Мать испугалась и заругалась, что вечно меня  какой-то леший  в лес уведет и при этом сказала, что в родинском поле сегодня в эту грозу  молнией убило молодую женщину.
Обсуждая эту трагедию с бабушкой, матери стало уже не до меня и поэтому она не стала допытываться, где и как я попал под грозу.
 Пришел домой, значит не далеко в лес уходил.

 Я  же своим детским умишком осознавал на каком волоске висела моя жизнь и в душе  радовался, что всё для меня сегодня закончилось благополучно и даже счастливо.
 
                Ходишь прямо-кривой тени не бойся.

    Хвастаться же своим приключением я  ни перед кем не собирался. Но радость была не долгой. "И тайно грешившая, да явно рожает",- гласит русская пословица.  Так и вышло.    На следующий день  я проснулся  бодрый и, как ни в чём не бывало, опять увязался за матерью на сенокос.
 Во время обеда, когда все наворачивали наваристый гороховый суп, на дороге к хутору появилась таратайка и в ней я увидел вчерашнего уполномоченного.

Сердечко моё ёкнуло.
 
 - Ну, вот тебе, "едрит твою за ногу", сейчас этот "упалнамоченный" точно маме расскажет про меня.
Видать не зря он вчера угрожал мне, что нажалуется матери, - молнией пронзили меня насквозь эти размышления.

Я не знал куда притаиться чтобы он меня не заметил.

 Но тут бригадирша-тётя Зоя, подошла к  уполномоченному о чём-то заговорила с ним. Потом всех колхозников собрали около сруба под березами и началось собрание.
Уполномоченный  рассказывал народу о том, что сенокос идет тяжело, из-за гроз  сено часто убирают плохое, не досушенное.
 Дополнительно он установил нашей бригаде  повышенный  план сенозаготовки.

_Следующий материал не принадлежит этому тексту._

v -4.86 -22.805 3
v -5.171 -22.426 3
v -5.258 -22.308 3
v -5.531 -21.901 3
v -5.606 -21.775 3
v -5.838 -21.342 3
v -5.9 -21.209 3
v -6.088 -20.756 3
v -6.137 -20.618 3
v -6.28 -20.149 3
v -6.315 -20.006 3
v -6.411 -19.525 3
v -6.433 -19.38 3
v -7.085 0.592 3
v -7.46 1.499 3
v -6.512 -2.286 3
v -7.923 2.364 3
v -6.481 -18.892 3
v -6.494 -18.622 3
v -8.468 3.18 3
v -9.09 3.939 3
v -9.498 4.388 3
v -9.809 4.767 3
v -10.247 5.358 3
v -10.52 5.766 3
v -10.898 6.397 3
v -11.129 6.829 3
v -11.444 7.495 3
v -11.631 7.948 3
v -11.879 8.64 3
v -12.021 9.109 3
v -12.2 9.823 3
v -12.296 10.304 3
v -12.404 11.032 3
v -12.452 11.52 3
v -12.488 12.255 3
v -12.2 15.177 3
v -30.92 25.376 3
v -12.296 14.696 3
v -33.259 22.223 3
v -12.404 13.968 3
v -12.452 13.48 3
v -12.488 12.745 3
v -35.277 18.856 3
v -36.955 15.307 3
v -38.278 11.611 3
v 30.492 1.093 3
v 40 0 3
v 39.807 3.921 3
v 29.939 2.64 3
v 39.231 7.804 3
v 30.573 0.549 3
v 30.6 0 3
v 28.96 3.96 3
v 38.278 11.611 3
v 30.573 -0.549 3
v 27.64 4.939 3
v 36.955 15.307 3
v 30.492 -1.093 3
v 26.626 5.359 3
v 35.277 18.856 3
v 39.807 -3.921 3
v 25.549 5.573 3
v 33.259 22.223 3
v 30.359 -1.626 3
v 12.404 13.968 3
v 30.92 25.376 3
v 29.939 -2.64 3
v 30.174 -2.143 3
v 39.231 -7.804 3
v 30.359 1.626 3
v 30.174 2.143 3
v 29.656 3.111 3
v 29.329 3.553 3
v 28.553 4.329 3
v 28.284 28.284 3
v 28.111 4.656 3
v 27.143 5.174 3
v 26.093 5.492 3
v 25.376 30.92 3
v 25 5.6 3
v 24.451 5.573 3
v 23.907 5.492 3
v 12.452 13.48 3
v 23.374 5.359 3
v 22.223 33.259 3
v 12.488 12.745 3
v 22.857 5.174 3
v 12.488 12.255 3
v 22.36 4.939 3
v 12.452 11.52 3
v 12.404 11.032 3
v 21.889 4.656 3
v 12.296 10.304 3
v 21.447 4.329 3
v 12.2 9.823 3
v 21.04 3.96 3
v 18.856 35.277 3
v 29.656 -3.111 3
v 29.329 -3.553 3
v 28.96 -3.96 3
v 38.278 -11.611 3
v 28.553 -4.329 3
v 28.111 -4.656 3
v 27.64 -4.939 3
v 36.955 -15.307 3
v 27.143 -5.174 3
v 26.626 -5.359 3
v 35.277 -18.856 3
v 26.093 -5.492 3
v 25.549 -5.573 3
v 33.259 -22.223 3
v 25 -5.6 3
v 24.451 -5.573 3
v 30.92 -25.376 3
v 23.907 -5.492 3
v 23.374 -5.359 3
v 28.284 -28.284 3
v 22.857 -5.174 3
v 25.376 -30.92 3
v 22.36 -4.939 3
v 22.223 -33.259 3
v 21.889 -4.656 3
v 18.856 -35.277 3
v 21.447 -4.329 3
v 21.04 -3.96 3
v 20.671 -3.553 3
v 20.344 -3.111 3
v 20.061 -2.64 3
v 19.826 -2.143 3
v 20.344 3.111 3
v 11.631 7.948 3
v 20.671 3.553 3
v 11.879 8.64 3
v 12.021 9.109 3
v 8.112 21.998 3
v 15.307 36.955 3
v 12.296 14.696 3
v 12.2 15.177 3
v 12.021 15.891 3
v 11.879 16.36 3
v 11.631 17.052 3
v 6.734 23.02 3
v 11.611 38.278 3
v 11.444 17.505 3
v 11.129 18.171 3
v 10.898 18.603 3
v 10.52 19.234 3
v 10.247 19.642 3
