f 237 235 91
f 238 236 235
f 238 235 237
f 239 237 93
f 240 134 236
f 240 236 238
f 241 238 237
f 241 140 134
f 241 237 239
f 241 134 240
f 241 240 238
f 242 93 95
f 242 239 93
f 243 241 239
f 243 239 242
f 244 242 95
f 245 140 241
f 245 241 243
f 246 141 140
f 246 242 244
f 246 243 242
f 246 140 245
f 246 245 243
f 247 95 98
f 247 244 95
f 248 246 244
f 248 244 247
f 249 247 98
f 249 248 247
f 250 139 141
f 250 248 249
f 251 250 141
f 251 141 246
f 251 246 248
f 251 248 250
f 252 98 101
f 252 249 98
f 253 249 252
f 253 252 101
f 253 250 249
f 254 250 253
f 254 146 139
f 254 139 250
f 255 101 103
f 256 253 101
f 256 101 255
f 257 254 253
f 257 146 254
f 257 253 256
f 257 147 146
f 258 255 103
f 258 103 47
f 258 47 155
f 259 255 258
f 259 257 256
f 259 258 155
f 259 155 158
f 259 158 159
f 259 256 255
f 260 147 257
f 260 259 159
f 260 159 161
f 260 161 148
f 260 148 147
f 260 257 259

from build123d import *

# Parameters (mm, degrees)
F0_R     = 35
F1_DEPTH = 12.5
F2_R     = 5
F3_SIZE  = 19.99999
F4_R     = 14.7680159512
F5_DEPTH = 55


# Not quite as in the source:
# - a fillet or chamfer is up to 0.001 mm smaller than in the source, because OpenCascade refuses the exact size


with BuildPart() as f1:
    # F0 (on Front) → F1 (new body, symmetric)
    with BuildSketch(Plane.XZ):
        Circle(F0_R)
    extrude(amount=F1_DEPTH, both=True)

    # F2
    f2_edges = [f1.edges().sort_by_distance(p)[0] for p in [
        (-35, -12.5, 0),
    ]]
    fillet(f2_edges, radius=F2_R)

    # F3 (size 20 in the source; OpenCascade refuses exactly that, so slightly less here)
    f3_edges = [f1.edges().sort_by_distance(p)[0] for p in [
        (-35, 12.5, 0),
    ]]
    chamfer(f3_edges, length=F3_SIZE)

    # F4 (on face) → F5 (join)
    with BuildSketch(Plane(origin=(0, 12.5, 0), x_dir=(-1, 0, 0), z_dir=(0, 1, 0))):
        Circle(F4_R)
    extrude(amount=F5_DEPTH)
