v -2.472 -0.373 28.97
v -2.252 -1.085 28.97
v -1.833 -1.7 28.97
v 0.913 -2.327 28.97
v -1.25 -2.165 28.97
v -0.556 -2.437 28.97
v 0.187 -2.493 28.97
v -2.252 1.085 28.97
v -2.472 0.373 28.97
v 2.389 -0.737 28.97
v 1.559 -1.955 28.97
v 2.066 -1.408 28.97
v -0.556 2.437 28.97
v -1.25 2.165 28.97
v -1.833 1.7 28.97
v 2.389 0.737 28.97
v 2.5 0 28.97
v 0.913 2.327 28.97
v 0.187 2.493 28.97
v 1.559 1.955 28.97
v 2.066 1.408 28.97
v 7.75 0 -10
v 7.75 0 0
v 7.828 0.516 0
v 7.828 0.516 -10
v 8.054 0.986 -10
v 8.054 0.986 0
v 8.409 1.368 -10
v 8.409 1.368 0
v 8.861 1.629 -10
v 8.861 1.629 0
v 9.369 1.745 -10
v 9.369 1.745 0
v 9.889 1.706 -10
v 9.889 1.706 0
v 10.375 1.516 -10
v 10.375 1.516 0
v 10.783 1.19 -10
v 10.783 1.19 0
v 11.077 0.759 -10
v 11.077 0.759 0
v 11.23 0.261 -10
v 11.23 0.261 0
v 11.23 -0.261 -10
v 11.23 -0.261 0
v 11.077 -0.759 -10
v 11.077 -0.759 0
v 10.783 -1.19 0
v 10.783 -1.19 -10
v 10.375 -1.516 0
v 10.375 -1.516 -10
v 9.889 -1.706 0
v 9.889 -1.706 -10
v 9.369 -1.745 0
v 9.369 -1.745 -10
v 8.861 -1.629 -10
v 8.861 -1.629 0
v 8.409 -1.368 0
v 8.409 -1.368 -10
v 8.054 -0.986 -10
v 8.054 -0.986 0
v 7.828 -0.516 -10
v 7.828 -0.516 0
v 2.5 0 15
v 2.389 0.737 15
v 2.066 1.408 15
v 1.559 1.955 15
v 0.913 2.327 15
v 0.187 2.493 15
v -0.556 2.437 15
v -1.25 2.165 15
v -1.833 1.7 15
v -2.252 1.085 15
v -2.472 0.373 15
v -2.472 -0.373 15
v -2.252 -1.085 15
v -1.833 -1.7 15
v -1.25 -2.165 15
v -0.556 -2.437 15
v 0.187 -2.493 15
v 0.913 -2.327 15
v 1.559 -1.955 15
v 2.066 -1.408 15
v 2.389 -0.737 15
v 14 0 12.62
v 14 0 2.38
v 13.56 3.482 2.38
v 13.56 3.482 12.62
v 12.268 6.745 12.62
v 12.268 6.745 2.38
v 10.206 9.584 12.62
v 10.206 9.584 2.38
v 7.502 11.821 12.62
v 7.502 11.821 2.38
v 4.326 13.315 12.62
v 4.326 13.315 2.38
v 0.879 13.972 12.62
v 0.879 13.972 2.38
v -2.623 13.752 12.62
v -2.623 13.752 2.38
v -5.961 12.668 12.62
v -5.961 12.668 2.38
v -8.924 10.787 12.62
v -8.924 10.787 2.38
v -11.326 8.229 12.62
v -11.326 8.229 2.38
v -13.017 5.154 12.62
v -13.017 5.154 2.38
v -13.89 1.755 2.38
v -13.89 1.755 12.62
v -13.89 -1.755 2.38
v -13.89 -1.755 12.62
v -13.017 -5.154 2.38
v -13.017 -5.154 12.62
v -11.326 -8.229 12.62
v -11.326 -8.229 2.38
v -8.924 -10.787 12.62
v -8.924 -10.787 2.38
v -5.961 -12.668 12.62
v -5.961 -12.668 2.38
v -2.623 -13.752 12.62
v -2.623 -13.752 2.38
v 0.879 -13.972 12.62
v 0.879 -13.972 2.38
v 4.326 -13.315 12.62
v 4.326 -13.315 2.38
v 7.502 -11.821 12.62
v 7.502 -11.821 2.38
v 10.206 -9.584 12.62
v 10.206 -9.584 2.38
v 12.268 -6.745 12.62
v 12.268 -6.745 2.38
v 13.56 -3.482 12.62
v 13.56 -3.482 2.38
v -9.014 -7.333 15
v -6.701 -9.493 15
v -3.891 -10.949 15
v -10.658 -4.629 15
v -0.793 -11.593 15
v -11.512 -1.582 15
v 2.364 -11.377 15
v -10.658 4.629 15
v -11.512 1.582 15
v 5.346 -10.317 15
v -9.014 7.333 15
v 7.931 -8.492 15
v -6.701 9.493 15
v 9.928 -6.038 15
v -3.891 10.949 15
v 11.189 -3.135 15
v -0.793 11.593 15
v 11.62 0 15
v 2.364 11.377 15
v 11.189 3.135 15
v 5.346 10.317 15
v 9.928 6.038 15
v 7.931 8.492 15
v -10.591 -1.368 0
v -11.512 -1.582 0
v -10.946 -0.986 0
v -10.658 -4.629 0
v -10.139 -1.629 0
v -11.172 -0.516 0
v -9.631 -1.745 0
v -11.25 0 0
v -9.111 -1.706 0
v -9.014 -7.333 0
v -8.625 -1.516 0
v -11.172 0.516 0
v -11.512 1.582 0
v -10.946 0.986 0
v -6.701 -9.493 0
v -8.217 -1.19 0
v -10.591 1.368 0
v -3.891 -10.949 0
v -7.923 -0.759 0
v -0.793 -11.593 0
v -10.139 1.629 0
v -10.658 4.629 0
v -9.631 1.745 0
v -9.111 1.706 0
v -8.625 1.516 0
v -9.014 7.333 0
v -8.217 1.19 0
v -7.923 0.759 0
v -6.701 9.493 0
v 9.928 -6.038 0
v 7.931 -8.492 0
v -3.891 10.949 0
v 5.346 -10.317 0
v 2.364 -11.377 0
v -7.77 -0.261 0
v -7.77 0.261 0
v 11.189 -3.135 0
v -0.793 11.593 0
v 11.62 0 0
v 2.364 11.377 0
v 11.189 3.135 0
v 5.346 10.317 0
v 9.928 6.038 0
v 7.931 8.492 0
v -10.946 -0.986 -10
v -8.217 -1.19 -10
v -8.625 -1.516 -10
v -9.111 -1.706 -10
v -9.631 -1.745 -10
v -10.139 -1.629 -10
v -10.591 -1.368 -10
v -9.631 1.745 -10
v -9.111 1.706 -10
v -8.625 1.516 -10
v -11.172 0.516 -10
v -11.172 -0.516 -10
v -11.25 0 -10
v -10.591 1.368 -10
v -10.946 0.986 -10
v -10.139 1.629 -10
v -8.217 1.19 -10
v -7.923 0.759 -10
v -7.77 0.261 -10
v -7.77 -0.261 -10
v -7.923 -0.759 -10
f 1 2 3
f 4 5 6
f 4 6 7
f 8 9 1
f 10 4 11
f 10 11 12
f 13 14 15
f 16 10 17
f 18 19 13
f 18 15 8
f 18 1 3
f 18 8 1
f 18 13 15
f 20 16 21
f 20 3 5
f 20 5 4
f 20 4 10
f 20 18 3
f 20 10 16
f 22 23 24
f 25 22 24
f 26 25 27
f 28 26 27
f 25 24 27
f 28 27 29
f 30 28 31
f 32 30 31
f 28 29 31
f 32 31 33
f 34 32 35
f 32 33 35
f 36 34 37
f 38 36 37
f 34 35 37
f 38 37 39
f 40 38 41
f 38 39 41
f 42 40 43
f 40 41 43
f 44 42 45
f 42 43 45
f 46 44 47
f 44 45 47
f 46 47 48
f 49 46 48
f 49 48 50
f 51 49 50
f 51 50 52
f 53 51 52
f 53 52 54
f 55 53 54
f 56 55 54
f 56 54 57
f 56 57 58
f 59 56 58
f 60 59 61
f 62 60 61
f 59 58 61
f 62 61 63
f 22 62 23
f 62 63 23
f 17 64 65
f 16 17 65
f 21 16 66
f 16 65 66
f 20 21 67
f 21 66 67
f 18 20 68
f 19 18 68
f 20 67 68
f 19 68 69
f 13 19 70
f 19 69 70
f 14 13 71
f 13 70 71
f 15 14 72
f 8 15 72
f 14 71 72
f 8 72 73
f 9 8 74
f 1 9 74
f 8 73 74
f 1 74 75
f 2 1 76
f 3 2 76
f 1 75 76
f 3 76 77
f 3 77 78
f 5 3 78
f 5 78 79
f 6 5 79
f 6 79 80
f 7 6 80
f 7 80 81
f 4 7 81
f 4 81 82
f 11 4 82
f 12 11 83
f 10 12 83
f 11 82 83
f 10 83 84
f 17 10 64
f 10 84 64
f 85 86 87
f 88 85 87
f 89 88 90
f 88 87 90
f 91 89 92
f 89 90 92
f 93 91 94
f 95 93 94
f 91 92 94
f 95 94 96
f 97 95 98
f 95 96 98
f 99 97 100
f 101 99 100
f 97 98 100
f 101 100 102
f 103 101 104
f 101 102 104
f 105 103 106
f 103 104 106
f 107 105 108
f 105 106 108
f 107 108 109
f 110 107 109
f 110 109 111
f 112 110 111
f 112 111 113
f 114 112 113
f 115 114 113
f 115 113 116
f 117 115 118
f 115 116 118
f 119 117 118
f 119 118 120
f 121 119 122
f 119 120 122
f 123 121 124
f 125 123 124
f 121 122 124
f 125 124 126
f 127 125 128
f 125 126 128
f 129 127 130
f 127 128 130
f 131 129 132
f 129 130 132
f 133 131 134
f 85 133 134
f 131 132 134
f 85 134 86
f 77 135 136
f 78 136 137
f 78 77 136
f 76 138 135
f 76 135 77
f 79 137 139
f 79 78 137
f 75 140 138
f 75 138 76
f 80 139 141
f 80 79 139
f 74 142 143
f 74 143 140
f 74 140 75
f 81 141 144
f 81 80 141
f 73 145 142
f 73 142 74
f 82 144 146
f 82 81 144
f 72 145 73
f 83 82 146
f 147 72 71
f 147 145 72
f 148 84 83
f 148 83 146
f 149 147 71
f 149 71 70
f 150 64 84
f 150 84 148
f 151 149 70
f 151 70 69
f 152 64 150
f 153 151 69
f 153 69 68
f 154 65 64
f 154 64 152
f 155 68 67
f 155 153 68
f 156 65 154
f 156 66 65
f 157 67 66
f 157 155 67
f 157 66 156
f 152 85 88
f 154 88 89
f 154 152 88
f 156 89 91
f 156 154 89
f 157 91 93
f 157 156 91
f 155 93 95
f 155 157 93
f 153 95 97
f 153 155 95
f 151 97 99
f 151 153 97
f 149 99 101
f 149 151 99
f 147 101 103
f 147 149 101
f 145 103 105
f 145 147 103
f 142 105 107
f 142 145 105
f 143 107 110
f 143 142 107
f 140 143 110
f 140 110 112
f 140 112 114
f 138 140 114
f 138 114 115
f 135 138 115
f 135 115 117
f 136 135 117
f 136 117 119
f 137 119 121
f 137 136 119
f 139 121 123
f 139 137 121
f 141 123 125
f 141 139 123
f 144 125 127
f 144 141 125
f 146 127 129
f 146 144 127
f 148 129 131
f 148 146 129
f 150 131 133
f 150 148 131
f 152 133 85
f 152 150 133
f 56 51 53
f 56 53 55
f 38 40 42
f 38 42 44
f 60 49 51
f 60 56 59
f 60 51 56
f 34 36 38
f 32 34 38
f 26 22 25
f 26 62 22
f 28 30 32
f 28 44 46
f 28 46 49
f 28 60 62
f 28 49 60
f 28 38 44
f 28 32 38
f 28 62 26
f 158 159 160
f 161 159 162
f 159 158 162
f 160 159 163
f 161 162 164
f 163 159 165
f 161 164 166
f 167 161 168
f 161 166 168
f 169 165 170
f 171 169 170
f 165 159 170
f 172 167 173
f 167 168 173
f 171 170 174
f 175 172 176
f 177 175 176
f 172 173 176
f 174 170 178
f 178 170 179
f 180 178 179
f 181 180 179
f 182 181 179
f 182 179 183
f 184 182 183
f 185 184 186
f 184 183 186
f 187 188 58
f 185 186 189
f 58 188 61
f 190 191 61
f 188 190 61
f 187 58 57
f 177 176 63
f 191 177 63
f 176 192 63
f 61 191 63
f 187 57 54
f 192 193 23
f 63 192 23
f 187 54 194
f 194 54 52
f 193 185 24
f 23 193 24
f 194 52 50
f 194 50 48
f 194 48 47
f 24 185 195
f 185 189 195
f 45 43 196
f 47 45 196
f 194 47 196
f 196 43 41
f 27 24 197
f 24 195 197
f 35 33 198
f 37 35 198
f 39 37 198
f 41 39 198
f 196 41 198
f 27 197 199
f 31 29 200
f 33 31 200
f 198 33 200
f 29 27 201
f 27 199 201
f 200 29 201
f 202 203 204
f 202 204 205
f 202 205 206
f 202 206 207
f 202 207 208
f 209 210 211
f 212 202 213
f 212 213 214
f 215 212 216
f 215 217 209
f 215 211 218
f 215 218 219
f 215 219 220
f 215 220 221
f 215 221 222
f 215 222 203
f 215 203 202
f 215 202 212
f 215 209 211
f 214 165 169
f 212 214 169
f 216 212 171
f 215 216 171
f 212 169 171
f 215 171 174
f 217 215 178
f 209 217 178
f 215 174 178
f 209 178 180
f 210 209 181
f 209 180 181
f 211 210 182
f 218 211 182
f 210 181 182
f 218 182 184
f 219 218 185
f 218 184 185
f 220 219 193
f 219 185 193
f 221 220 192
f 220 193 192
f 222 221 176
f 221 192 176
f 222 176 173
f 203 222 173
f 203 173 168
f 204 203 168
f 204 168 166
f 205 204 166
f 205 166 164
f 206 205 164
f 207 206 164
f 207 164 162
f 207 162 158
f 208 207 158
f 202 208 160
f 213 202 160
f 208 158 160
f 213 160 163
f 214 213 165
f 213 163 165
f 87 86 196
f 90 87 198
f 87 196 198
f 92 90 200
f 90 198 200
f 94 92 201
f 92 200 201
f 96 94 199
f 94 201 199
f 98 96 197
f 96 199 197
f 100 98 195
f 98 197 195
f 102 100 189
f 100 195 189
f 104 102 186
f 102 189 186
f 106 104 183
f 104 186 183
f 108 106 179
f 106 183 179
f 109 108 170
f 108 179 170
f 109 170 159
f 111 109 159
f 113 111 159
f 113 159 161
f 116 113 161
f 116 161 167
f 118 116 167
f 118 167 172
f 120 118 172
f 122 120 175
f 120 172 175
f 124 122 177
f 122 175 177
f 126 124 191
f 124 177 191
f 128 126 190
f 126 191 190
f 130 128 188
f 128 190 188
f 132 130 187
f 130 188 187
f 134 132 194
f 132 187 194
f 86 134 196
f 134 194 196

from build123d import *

# Parameters (mm, degrees)
SKETCH1_R           = 14
BOSS_EXTRUDE1_DEPTH = 15
CHAMFER1_SIZE       = 2.38
SKETCH3_R           = 2.5
BOSS_EXTRUDE2_DEPTH = 13.97
SKETCH5_R           = 1.75
BOSS_EXTRUDE4_DEPTH = 10


with BuildPart() as part:
    # Sketch1 → Boss-Extrude1 (new body)
    with BuildSketch(Plane.XY):
        Circle(SKETCH1_R)
    extrude(amount=BOSS_EXTRUDE1_DEPTH)

    # Chamfer1
    chamfer1_edges = [part.edges().sort_by_distance(p)[0] for p in [
        (-14, 0, 0),
        (-14, 0, 15),
    ]]
    chamfer(chamfer1_edges, length=CHAMFER1_SIZE)

    # Sketch3 → Boss-Extrude2 (add)
    with BuildSketch(Plane.XY.offset(15)):
        Circle(SKETCH3_R)
    extrude(amount=BOSS_EXTRUDE2_DEPTH)

    # Sketch5 → Boss-Extrude4 (add)
    with BuildSketch(Plane(origin=(0, 0, 0), x_dir=(-1, 0, 0), z_dir=(0, 0, -1))):
        with Locations((-9.5, 0)):
            Circle(SKETCH5_R)
        with Locations((9.5, 0)):
            Circle(SKETCH5_R)
    extrude(amount=BOSS_EXTRUDE4_DEPTH)


solid = part.part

 Народ сразу загалдел и начал возмущаться, но тогда уполномоченный поднялся с пенька, на котором сидел, и громко так заявил:

- Вот вы тут галдите, о себе больше думаете,чем о стране, которая от войны ещё не оправилась, раны залечивает.
 А вот наше Советское Правительство, ЦК ВКП (б) и лично товарищ Сталин думают о вас. При этом он напомнил колхозникам, что этой весной вышло Постановление о большом снижении цен на продукты и другие товары.

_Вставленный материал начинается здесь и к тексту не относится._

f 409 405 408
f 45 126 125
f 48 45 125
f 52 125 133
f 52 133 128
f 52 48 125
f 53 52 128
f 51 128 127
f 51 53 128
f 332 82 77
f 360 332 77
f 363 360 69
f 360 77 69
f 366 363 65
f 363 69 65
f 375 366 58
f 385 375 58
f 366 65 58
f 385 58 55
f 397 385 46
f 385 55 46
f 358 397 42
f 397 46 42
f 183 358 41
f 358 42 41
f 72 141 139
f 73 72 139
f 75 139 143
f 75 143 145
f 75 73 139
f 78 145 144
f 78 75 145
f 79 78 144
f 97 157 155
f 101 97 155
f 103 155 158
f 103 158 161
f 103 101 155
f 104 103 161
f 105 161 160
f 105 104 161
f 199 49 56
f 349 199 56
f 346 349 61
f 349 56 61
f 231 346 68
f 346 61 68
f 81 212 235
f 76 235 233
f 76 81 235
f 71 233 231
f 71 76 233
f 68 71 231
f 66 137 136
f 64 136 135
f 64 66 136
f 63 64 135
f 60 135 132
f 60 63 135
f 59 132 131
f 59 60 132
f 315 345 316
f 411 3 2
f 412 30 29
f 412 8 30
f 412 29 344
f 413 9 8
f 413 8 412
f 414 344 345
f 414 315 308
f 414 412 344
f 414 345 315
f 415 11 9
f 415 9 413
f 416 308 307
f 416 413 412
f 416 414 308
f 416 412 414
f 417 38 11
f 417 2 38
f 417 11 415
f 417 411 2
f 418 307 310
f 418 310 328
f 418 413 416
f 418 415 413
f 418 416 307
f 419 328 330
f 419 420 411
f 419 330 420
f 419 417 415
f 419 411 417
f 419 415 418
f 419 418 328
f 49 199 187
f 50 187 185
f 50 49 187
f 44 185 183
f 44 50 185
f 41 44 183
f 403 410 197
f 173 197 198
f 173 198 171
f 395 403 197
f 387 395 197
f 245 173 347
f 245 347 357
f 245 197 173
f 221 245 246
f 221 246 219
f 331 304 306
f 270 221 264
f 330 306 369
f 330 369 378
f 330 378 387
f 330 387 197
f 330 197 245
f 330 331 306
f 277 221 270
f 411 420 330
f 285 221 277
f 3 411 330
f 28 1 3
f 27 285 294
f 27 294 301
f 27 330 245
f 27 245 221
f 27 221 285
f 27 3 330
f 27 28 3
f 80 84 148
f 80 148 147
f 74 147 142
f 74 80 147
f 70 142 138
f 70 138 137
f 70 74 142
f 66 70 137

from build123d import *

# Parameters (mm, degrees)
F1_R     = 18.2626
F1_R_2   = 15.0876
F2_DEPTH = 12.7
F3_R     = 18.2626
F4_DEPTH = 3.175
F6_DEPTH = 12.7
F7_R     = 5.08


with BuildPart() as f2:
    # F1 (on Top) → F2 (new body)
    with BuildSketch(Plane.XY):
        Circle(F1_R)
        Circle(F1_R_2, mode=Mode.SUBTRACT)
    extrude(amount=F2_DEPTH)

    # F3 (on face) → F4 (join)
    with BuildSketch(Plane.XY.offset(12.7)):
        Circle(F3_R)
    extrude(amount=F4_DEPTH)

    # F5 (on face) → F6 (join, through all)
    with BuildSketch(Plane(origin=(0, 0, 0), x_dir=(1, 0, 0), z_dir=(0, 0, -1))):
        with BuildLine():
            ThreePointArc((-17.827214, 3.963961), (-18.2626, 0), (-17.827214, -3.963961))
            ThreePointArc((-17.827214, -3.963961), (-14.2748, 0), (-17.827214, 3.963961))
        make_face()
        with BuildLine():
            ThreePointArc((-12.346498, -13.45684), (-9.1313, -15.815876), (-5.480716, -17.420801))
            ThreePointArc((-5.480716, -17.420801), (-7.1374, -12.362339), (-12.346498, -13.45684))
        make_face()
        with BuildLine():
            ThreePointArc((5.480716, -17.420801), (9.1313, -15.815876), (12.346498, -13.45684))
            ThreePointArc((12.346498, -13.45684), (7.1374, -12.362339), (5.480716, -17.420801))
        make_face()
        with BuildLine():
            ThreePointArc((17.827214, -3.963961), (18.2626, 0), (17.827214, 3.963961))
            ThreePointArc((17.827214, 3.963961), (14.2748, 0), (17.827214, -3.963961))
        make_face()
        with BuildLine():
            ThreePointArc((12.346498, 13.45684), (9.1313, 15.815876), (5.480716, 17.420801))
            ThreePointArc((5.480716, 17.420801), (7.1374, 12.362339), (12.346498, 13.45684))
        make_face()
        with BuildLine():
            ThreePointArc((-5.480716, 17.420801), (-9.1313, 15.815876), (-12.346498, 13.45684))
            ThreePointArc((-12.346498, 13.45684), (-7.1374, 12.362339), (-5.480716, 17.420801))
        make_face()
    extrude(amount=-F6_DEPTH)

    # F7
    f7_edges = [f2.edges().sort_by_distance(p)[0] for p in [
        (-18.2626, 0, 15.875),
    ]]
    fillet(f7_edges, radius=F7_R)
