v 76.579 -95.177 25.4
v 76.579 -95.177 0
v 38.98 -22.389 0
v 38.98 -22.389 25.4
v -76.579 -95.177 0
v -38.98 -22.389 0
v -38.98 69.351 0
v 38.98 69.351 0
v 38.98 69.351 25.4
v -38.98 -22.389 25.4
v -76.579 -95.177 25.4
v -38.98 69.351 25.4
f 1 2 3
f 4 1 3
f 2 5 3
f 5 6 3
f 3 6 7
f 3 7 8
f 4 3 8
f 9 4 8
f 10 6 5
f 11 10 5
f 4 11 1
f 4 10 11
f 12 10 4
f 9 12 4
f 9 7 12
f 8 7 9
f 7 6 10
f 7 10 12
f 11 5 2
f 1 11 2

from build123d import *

# Parameters (mm, degrees)
F0_W     = 77.960826
F0_H     = 91.74003
F1_DEPTH = 25.4
F2_DEPTH = 25.4


with BuildPart() as f1:
    # F0 (on Top) → F1 (new body)
    with BuildSketch(Plane.XY):
        with Locations((0, 23.481315)):
            Rectangle(F0_W, F0_H)
    extrude(amount=F1_DEPTH)

    # F0 (on Top) → F2 (join)
    with BuildSketch(Plane.XY):
        Polygon((-76.578632, -95.176995), (76.578632, -95.176995), (38.980413, -22.3887), (-38.980413, -22.3887), align=None)
    extrude(amount=F2_DEPTH)


solid = f1.part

   Эту новость люди, конечно, встретили с одобрением, даже поаплодировали "упалнамоченному из района", а кто-то из партийных активистов заверили его, что
 бригада выполнит план по заготовке сена, особенно для нужд Красной Армии.

   Прощаясь с людьми, уполномоченный всё-таки заметил меня, когда я опрометчиво высунулся из-за материнской спины.

Он подошел к матери и спросил:
 
- Это ваш "герой"?

Мать удивленно и испуганно взглянула на уполномоченного и стыдливо ответила:
- Мой, конечно, мой "безотцовщина". А он, что? Набезобразничал чего-нибудь?

- Да, нет.  Это я вчера с ним в Дупельневе познакомился. Он отчаянный сорванец у тебя.

 Мать схватила меня за ухо и, видимо сразу  поняв, что я, вчера заблудившись в лесу, мог совсем пропасть, охрипшим от испуга голосом почти шепотом спросила:
- Ты, как, бес, чего туда ушел без спросу?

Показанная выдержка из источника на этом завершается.